I might guarantee that it will fail within 5 years

Looks like its probably a chalky surface. Doing anything to address that? Low pressure washing isn't going to help much.


----------



## Gough (Nov 24, 2010)

Woof! I wouldn't guarantee that until their check clears!

I also think there's a good chance you'd get paint chips coming off with the power washer. All of a sudden, you're in RRP country, if this is a qualifying property.


----------



## Stevec77 (Apr 20, 2014)

I've seen it up close. It doesn't appear to be chalking. The SW rep got this spec approved and everyone is going to bid to it except me unless someone here is confident that it will hold up. The owner really is looking for twenty years. I want to spray and back roll a coat of Primer RX over this before I spray two cots of Duration over the top.


----------



## Stevec77 (Apr 20, 2014)

Some will come off for sure but not much at 500 psi, I think.


----------



## RH (Sep 7, 2010)

Stevec77 said:


> I've seen it up close. It doesn't appear to be chalking. The SW rep got this spec approved and everyone is going to bid to it except me unless someone here is confident that it will hold up. The owner really is looking for twenty years. I want to spray and back roll a coat of Primer RX over this before I spray two cots of Duration over the top.

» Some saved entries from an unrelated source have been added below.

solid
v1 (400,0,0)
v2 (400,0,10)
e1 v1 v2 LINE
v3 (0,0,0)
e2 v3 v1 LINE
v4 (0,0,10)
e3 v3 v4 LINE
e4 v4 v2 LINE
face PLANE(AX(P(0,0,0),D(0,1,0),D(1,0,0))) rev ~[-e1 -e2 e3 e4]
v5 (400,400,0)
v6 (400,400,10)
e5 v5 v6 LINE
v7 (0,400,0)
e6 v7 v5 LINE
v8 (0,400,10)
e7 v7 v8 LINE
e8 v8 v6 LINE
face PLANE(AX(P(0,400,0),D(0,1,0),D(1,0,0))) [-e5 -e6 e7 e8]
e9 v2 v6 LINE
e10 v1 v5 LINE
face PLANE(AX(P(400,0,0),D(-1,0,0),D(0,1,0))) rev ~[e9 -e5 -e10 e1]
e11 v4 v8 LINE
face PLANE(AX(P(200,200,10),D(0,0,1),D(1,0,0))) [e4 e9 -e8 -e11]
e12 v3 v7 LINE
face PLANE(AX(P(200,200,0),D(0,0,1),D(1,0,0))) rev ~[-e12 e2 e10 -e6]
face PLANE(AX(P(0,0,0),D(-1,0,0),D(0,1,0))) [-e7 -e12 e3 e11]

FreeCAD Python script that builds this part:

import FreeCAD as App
import Part
import Sketcher


def add_polygon(sketch, points):
    """Adds a closed chain of lines whose ends are joined by coincident constraints."""
    first, n = sketch.GeometryCount, len(points)
    for a, b in zip(points, points[1:] + points[:1]):
        sketch.addGeometry(Part.LineSegment(App.Vector(*a, 0), App.Vector(*b, 0)), False)
    for i in range(n):
        sketch.addConstraint(Sketcher.Constraint("Coincident", first + i, 2, first + (i + 1) % n, 1))

doc = App.newDocument("Part")
body = doc.addObject("PartDesign::Body", "Body")

sketch1 = doc.addObject("Sketcher::SketchObject", "Sketch")
body.addObject(sketch1)
sketch1.AttachmentSupport = (doc.XY_Plane, [""])
sketch1.MapMode = "FlatFace"
add_polygon(sketch1, [(0, 400), (0, 0), (400, 0), (400, 400)])
sketch1.addConstraint(Sketcher.Constraint("Vertical", 0))
sketch1.addConstraint(Sketcher.Constraint("Horizontal", 1))
sketch1.addConstraint(Sketcher.Constraint("Vertical", 2))
sketch1.addConstraint(Sketcher.Constraint("Horizontal", 3))
sketch1.addConstraint(Sketcher.Constraint("Coincident", 0, 2, -1, 1))
sketch1.addConstraint(Sketcher.Constraint("Equal", 3, 0))
sketch1.addConstraint(Sketcher.Constraint("DistanceX", 1, 1, 1, 2, 400.0))
pad1 = doc.addObject("PartDesign::Pad", "Pad")
body.addObject(pad1)
pad1.Profile = sketch1
pad1.Length = 10

doc.recompute()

I think chalking may the least of the issues.

20 years… :huh:?


----------



## Paradigmzz (May 5, 2010)

A crappy paint would work better than duration. Duration will shrink down and pull loose and scaling paint with it. You may not see it immediately but you will down the road when it lets loose. I'd go with a cheap flat exterior with two coats with full dry time between. I wouldn't back roll it either, at least not on the first coat.


----------



## Bender (Aug 10, 2008)

Stevec77 said:


> Would you spray two coats of SW Duration a on surface like this (no primer or back rolling) and guarantee it for 5 years?
> 
> The specs say that there is lead underneath so only pressure wash 3 gpm 500 psi, 75 degrees and some tsp. No scraping, sanding. Spot prime bare metal.
> 
> ...


I would warranty my paint to stick to the previous coating for 5 years, but no way I would guarantee the integrity of those old coats.


----------



## kdpaint (Aug 14, 2010)

Paradigmzz said:


> A crappy paint would work better than duration. Duration will shrink down and pull loose and scaling paint with it. You may not see it immediately but you will down the road when it lets loose. I'd go with a cheap flat exterior with two coats with full dry time between. I wouldn't back roll it either, at least not on the first coat.

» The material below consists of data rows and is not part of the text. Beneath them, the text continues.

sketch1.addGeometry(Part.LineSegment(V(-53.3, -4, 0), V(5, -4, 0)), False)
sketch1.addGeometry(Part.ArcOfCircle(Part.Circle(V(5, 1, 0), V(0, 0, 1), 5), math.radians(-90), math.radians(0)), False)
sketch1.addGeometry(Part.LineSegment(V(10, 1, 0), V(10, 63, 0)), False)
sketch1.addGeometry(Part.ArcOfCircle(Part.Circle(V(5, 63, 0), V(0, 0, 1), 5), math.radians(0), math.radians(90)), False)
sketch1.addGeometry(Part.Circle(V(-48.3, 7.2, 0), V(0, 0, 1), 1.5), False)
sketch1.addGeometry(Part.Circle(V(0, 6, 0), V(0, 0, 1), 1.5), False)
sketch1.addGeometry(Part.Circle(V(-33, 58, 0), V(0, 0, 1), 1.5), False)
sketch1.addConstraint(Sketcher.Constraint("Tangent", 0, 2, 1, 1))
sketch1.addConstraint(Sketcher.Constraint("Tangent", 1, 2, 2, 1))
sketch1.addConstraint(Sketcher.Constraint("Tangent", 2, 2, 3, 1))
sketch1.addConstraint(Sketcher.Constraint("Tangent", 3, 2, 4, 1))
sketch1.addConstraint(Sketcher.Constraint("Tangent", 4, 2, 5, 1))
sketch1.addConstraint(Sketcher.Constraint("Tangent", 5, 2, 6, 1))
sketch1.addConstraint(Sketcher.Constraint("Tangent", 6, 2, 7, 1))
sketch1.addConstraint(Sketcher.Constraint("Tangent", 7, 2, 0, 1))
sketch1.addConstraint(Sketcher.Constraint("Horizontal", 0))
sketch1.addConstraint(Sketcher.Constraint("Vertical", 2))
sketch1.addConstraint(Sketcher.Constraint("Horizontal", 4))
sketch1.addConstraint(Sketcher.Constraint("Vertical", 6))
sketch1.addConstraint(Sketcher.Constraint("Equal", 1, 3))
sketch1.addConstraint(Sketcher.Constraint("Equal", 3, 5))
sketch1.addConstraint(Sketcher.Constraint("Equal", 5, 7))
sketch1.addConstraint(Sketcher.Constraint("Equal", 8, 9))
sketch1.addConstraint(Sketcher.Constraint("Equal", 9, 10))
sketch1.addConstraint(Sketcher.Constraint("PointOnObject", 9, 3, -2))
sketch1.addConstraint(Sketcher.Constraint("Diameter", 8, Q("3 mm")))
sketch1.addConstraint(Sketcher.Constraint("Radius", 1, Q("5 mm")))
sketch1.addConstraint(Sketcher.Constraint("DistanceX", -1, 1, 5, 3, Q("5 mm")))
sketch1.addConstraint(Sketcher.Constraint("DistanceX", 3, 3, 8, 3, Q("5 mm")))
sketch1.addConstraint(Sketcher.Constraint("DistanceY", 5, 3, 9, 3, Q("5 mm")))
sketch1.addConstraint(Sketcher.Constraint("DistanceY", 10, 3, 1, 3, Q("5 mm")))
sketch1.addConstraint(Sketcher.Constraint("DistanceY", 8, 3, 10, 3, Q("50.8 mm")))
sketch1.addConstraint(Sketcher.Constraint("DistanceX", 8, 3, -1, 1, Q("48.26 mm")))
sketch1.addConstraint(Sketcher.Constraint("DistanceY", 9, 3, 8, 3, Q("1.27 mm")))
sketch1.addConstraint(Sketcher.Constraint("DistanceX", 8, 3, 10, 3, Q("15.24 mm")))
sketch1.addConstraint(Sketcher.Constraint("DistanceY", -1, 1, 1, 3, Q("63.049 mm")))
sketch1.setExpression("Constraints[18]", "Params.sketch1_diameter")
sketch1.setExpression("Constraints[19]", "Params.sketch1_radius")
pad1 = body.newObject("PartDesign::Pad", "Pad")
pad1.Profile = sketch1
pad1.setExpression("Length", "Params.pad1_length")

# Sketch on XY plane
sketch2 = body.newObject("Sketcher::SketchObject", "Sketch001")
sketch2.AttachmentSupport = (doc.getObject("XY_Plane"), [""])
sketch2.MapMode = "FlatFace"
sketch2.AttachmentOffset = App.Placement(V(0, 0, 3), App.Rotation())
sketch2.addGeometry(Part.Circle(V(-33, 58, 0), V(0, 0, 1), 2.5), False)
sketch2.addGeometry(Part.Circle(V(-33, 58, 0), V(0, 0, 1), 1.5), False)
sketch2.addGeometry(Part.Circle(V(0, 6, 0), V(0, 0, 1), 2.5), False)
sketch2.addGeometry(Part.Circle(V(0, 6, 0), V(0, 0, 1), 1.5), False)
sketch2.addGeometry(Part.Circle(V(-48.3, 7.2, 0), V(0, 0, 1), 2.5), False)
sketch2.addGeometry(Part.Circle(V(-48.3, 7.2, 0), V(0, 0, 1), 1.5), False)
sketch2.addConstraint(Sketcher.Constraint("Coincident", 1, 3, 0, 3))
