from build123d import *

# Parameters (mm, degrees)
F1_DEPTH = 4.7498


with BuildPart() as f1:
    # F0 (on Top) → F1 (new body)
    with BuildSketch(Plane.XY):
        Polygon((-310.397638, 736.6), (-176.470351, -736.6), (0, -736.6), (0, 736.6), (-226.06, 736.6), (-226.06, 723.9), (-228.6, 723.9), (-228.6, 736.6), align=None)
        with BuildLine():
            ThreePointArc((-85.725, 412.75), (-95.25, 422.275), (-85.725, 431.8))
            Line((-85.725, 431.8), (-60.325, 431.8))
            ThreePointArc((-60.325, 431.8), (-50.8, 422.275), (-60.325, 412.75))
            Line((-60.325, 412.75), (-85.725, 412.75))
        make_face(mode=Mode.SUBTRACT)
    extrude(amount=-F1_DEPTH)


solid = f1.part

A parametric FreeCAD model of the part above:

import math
import FreeCAD as App
import Part
import Sketcher
Q = App.Units.Quantity

doc = App.newDocument("Part")
body = doc.addObject("PartDesign::Body", "Body")

sketch1 = body.newObject("Sketcher::SketchObject", "Sketch")
sketch1.AttachmentSupport = (doc.getObject("XY_Plane"), [""])
sketch1.MapMode = "FlatFace"
sketch1.addGeometry([
    Part.LineSegment(App.Vector(-310.397638, 736.6, 0), App.Vector(-176.470351, -736.6, 0)),
    Part.LineSegment(App.Vector(-176.470351, -736.6, 0), App.Vector(0, -736.6, 0)),
    Part.LineSegment(App.Vector(0, -736.6, 0), App.Vector(0, 736.6, 0)),
    Part.LineSegment(App.Vector(0, 736.6, 0), App.Vector(-226.06, 736.6, 0)),
    Part.LineSegment(App.Vector(-226.06, 736.6, 0), App.Vector(-226.06, 723.9, 0)),
    Part.LineSegment(App.Vector(-226.06, 723.9, 0), App.Vector(-228.6, 723.9, 0)),
    Part.LineSegment(App.Vector(-228.6, 723.9, 0), App.Vector(-228.6, 736.6, 0)),
    Part.LineSegment(App.Vector(-228.6, 736.6, 0), App.Vector(-310.397638, 736.6, 0)),
    Part.LineSegment(App.Vector(-60.325, 412.75, 0), App.Vector(-85.725, 412.75, 0)),
    Part.ArcOfCircle(Part.Circle(App.Vector(-85.725, 422.275, 0), App.Vector(0, 0, 1), 9.525), math.radians(90), math.radians(270)),
    Part.LineSegment(App.Vector(-85.725, 431.8, 0), App.Vector(-60.325, 431.8, 0)),
    Part.ArcOfCircle(Part.Circle(App.Vector(-60.325, 422.275, 0), App.Vector(0, 0, 1), 9.525), math.radians(-90), math.radians(90)),
], False)
sketch1.addConstraint([
    Sketcher.Constraint("Coincident", 0, 2, 1, 1),
    Sketcher.Constraint("Coincident", 1, 2, 2, 1),
    Sketcher.Constraint("Coincident", 2, 2, 3, 1),
    Sketcher.Constraint("Coincident", 3, 2, 4, 1),
    Sketcher.Constraint("Coincident", 4, 2, 5, 1),
    Sketcher.Constraint("Coincident", 5, 2, 6, 1),
    Sketcher.Constraint("Coincident", 6, 2, 7, 1),
    Sketcher.Constraint("Coincident", 7, 2, 0, 1),
    Sketcher.Constraint("Tangent", 8, 2, 9, 2),
    Sketcher.Constraint("Tangent", 9, 1, 10, 1),
    Sketcher.Constraint("Tangent", 10, 2, 11, 2),
    Sketcher.Constraint("Tangent", 11, 1, 8, 1),
    Sketcher.Constraint("Horizontal", 1),
    Sketcher.Constraint("Vertical", 2),
    Sketcher.Constraint("Horizontal", 3),
    Sketcher.Constraint("Vertical", 4),
    Sketcher.Constraint("Horizontal", 5),
    Sketcher.Constraint("Vertical", 6),
    Sketcher.Constraint("Horizontal", 7),
    Sketcher.Constraint("Horizontal", 8),
    Sketcher.Constraint("Horizontal", 10),
    Sketcher.Constraint("Symmetric", 1, 2, 2, 2, -1, 1),
    Sketcher.Constraint("Horizontal", 3, 2, 6, 2),
    Sketcher.Constraint("DistanceX", 8, 2, 8, 1, Q("1 in")),
    Sketcher.Constraint("DistanceY", 2, 1, 2, 2, Q("58 in")),
    Sketcher.Constraint("DistanceX", 3, 2, 3, 1, Q("8.9 in")),
    Sketcher.Constraint("DistanceX", 5, 2, 5, 1, Q("0.1 in")),
    Sketcher.Constraint("DistanceY", 4, 2, 4, 1, Q("0.5 in")),
    Sketcher.Constraint("DistanceY", -1, 1, 9, 1, Q("17 in")),
    Sketcher.Constraint("Radius", 9, Q("0.375 in")),
    Sketcher.Constraint("DistanceX", 9, 3, -1, 1, Q("3.375 in")),
    Sketcher.Constraint("DistanceX", 1, 1, 1, 2, 176.470351),
    Sketcher.Constraint("Distance", 0, 1479.275079),
])
pad1 = body.newObject("PartDesign::Pad", "Pad")
pad1.Profile = sketch1
pad1.Length = Q("0.187 in")
pad1.Reversed = True

doc.recompute()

I agree. I've seen it, especially with Duration, but also with other higher quality acrylics. Duration really tightens up.


----------



## Oden (Feb 8, 2012)

Stevec77 said:


> I've seen it up close. It doesn't appear to be chalking. The SW rep got this spec approved and everyone is going to bid to it except me unless someone here is confident that it will hold up. The owner really is looking for twenty years. I want to spray and back roll a coat of Primer RX over this before I spray two cots of Duration over the top.

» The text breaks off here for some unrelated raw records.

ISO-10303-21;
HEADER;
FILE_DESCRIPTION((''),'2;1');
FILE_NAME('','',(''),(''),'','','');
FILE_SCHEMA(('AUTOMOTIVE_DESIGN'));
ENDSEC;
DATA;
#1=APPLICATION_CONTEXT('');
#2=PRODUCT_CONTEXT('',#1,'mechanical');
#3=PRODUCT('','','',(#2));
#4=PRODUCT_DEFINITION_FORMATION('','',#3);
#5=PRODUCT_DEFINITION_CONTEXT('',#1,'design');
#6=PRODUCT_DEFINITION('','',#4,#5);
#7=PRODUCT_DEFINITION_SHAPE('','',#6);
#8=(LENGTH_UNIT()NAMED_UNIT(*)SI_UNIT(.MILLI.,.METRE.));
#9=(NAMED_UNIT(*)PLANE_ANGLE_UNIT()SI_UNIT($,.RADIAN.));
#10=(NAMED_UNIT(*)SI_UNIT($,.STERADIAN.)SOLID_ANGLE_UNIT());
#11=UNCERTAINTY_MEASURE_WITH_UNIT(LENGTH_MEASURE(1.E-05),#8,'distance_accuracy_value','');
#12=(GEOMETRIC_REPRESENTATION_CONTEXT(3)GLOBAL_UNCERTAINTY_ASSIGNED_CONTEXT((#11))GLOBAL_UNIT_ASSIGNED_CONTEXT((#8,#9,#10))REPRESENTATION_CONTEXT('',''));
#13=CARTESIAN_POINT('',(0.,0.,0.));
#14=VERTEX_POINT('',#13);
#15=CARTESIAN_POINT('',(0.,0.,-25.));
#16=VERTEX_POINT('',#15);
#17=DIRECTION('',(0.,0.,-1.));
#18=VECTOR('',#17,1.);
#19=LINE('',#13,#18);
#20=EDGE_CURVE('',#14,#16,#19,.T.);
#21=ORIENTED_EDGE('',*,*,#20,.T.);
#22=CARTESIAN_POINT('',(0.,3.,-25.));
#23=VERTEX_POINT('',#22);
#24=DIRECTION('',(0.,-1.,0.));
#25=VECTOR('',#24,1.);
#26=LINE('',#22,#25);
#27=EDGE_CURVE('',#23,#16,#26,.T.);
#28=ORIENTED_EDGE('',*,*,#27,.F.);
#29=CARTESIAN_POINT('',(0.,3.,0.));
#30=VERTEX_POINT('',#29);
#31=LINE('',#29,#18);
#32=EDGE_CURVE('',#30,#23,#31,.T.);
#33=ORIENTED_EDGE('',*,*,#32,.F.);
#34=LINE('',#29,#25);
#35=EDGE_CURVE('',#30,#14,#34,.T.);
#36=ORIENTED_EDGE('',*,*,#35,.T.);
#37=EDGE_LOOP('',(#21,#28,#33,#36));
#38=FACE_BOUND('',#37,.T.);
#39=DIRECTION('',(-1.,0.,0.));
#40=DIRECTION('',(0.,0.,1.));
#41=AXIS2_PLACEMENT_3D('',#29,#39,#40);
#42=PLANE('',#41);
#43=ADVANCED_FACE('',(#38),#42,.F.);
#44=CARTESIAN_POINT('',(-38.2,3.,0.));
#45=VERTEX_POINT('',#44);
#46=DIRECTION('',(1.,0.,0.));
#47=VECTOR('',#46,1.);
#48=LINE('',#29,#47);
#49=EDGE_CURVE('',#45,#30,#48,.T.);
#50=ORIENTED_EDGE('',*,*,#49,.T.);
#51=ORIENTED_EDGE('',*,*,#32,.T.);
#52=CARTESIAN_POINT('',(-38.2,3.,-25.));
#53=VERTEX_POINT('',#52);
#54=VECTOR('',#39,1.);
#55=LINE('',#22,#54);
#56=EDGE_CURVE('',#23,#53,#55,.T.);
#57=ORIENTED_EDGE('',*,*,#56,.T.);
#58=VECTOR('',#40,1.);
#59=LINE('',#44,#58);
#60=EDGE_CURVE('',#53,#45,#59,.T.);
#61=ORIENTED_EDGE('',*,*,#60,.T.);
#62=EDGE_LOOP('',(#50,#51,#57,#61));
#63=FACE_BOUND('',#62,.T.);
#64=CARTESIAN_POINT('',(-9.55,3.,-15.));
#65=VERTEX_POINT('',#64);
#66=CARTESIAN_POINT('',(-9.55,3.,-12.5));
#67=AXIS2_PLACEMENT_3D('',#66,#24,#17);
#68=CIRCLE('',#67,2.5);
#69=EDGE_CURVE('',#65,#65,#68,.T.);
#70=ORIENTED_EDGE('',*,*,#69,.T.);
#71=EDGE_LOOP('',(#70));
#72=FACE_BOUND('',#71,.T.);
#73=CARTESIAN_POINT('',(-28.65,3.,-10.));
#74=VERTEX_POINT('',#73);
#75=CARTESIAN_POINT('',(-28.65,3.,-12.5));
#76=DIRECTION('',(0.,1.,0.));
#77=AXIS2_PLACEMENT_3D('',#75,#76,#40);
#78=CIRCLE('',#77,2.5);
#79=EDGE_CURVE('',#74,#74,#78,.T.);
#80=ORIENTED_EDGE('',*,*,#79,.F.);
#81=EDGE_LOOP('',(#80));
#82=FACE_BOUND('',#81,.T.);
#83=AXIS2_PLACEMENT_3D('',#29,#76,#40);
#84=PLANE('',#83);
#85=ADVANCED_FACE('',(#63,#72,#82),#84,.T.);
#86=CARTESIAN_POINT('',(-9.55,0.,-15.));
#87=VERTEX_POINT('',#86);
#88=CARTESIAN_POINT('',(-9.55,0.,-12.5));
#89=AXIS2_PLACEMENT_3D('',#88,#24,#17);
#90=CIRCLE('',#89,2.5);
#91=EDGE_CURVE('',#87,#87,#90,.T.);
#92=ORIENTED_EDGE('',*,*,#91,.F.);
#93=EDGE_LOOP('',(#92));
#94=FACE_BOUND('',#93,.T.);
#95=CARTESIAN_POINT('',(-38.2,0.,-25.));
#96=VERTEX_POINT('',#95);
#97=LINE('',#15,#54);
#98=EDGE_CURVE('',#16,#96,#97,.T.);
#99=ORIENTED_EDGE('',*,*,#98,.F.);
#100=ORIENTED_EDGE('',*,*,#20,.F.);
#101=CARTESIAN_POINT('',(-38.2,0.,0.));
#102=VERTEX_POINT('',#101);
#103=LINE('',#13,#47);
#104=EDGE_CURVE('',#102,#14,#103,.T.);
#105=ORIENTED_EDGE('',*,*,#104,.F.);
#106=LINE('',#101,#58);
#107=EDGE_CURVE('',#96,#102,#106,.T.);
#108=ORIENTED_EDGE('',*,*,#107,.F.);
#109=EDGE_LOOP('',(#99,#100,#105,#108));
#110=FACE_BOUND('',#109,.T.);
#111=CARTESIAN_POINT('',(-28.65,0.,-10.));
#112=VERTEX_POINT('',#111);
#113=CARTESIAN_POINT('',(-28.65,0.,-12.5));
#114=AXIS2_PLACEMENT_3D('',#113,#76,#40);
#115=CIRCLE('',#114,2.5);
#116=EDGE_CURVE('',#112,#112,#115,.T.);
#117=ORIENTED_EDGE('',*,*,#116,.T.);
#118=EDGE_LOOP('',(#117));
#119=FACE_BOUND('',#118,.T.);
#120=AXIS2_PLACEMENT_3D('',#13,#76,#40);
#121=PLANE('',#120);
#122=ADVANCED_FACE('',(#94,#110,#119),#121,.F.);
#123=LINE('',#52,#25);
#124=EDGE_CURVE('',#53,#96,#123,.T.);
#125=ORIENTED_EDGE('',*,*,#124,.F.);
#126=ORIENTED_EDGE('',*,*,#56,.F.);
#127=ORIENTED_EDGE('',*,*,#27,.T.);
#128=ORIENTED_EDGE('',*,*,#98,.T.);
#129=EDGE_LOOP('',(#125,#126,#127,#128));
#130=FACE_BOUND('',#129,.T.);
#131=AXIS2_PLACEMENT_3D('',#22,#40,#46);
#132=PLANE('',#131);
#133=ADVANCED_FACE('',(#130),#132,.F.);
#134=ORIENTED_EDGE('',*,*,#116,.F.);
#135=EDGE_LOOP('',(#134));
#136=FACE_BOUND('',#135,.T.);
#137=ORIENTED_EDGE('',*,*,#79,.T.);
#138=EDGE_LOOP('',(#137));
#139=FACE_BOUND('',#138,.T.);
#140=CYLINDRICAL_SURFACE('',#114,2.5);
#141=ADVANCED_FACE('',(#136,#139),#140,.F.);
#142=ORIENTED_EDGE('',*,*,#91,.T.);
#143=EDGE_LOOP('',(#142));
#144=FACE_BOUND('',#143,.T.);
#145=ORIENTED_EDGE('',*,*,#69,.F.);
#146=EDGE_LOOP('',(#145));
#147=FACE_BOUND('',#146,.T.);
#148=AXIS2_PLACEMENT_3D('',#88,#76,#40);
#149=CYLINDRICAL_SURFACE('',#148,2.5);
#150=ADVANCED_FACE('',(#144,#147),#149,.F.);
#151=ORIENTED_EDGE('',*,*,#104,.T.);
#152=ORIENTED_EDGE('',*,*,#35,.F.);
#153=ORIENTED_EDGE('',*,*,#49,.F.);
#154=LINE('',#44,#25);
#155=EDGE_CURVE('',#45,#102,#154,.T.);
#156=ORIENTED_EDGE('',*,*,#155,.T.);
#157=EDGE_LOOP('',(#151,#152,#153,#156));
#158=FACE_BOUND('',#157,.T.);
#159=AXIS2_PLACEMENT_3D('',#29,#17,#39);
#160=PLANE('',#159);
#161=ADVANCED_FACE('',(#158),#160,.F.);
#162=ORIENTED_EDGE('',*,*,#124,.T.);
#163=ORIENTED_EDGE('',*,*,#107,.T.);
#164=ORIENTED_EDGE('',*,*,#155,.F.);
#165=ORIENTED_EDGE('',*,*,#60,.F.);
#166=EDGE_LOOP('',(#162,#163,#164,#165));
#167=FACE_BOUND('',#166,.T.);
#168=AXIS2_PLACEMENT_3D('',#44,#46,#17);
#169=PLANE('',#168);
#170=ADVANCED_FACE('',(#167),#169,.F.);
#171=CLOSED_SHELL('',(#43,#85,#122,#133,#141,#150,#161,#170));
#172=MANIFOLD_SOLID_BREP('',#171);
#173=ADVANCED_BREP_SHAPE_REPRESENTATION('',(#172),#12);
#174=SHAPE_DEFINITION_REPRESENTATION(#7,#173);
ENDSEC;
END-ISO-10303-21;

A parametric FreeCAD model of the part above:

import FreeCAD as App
import Part
import Sketcher

V = App.Vector
Q = App.Units.Quantity


def add_polygon(sketch, points):
    """Adds a closed chain of lines whose ends are joined by coincident constraints."""
    first, n = sketch.GeometryCount, len(points)
    for a, b in zip(points, points[1:] + points[:1]):
        sketch.addGeometry(Part.LineSegment(App.Vector(*a, 0), App.Vector(*b, 0)), False)
    for i in range(n):
        sketch.addConstraint(Sketcher.Constraint("Coincident", first + i, 2, first + (i + 1) % n, 1))

doc = App.newDocument("Part")
body = doc.addObject("PartDesign::Body", "Body")

# Sketch on XZ plane
sketch1 = doc.addObject("Sketcher::SketchObject", "Sketch")
body.addObject(sketch1)
sketch1.AttachmentSupport = (doc.XZ_Plane, [""])
sketch1.MapMode = "FlatFace"
add_polygon(sketch1, [(-38, -25), (-38, 0), (0, 0), (0, -25)])  # lines 0-3
sketch1.addConstraint(Sketcher.Constraint("Vertical", 0))
sketch1.addConstraint(Sketcher.Constraint("Horizontal", 1))
sketch1.addConstraint(Sketcher.Constraint("Vertical", 2))
sketch1.addConstraint(Sketcher.Constraint("Horizontal", 3))
sketch1.addConstraint(Sketcher.Constraint("Coincident", 1, 2, -1, 1))
sketch1.addConstraint(Sketcher.Constraint("DistanceY", 0, 1, 0, 2, Q("25 mm")))
sketch1.addConstraint(Sketcher.Constraint("DistanceX", 1, 1, 1, 2, Q("38.2 mm")))
pad1 = doc.addObject("PartDesign::Pad", "Pad")
body.addObject(pad1)
pad1.Profile = sketch1
pad1.Length = 3
pad1.Reversed = True

# Sketch on XZ plane
sketch2 = doc.addObject("Sketcher::SketchObject", "Sketch001")
body.addObject(sketch2)
sketch2.AttachmentSupport = (doc.XZ_Plane, [""])
sketch2.MapMode = "FlatFace"
sketch2.AttachmentOffset = App.Placement(V(0, 0, -3), App.Rotation())
sketch2.addGeometry(Part.Circle(V(-28.6, -12.5, 0), V(0, 0, 1), 2.5), False)
sketch2.addGeometry(Part.Circle(V(-9.6, -12.5, 0), V(0, 0, 1), 2.5), False)
sketch2.addConstraint(Sketcher.Constraint("Equal", 0, 1))
sketch2.addConstraint(Sketcher.Constraint("Horizontal", 0, 3, 1, 3))
sketch2.addConstraint(Sketcher.Constraint("Diameter", 0, Q("5 mm")))
sketch2.addConstraint(Sketcher.Constraint("DistanceY", 0, 3, -1, 1, Q("12.5 mm")))
sketch2.addConstraint(Sketcher.Constraint("DistanceX", 0, 3, 1, 3, Q("19.1 mm")))
sketch2.addConstraint(Sketcher.Constraint("DistanceX", 0, 3, -1, 1, Q("28.65 mm")))
pocket1 = doc.addObject("PartDesign::Pocket", "Pocket")
body.addObject(pocket1)
pocket1.Profile = sketch2
pocket1.Length = 3
pocket1.Reversed = True

doc.recompute()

I say it will hold up. Five years no problem. I'm someone and that's a green light...


----------



## Stevec77 (Apr 20, 2014)

Oden said:


> I say it will hold up. Five years no problem. I'm someone and that's a green light...



I like your confidence. I have had Duration pull off before abut this surface is different so it could behave differently. If I can ask you, how is it that you are so confident? Have you actually painted over similar surfaces? Was it over 5 years ago?


----------



## Paradigmzz (May 5, 2010)

I actually agree with Oden. It will hold up on over 90% of the surface. I care about the extra ten percent.


----------



## Stevec77 (Apr 20, 2014)

Paradigmzz said:


> I actually agree with Oden. It will hold up on over 90% of the surface. I care about the extra ten percent.


This is a 300 x 300 x 67 foot building...that 10% would be and expensive fix!


----------



## Paradigmzz (May 5, 2010)

Stevec77 said:


> This is a 300 x 300 x 67 foot building...that 10% would be and expensive fix!


If the spec is written by a rep, and everyone is doing as specified, I'd bid it and tell them that the rep warranties it. What happens is their problem.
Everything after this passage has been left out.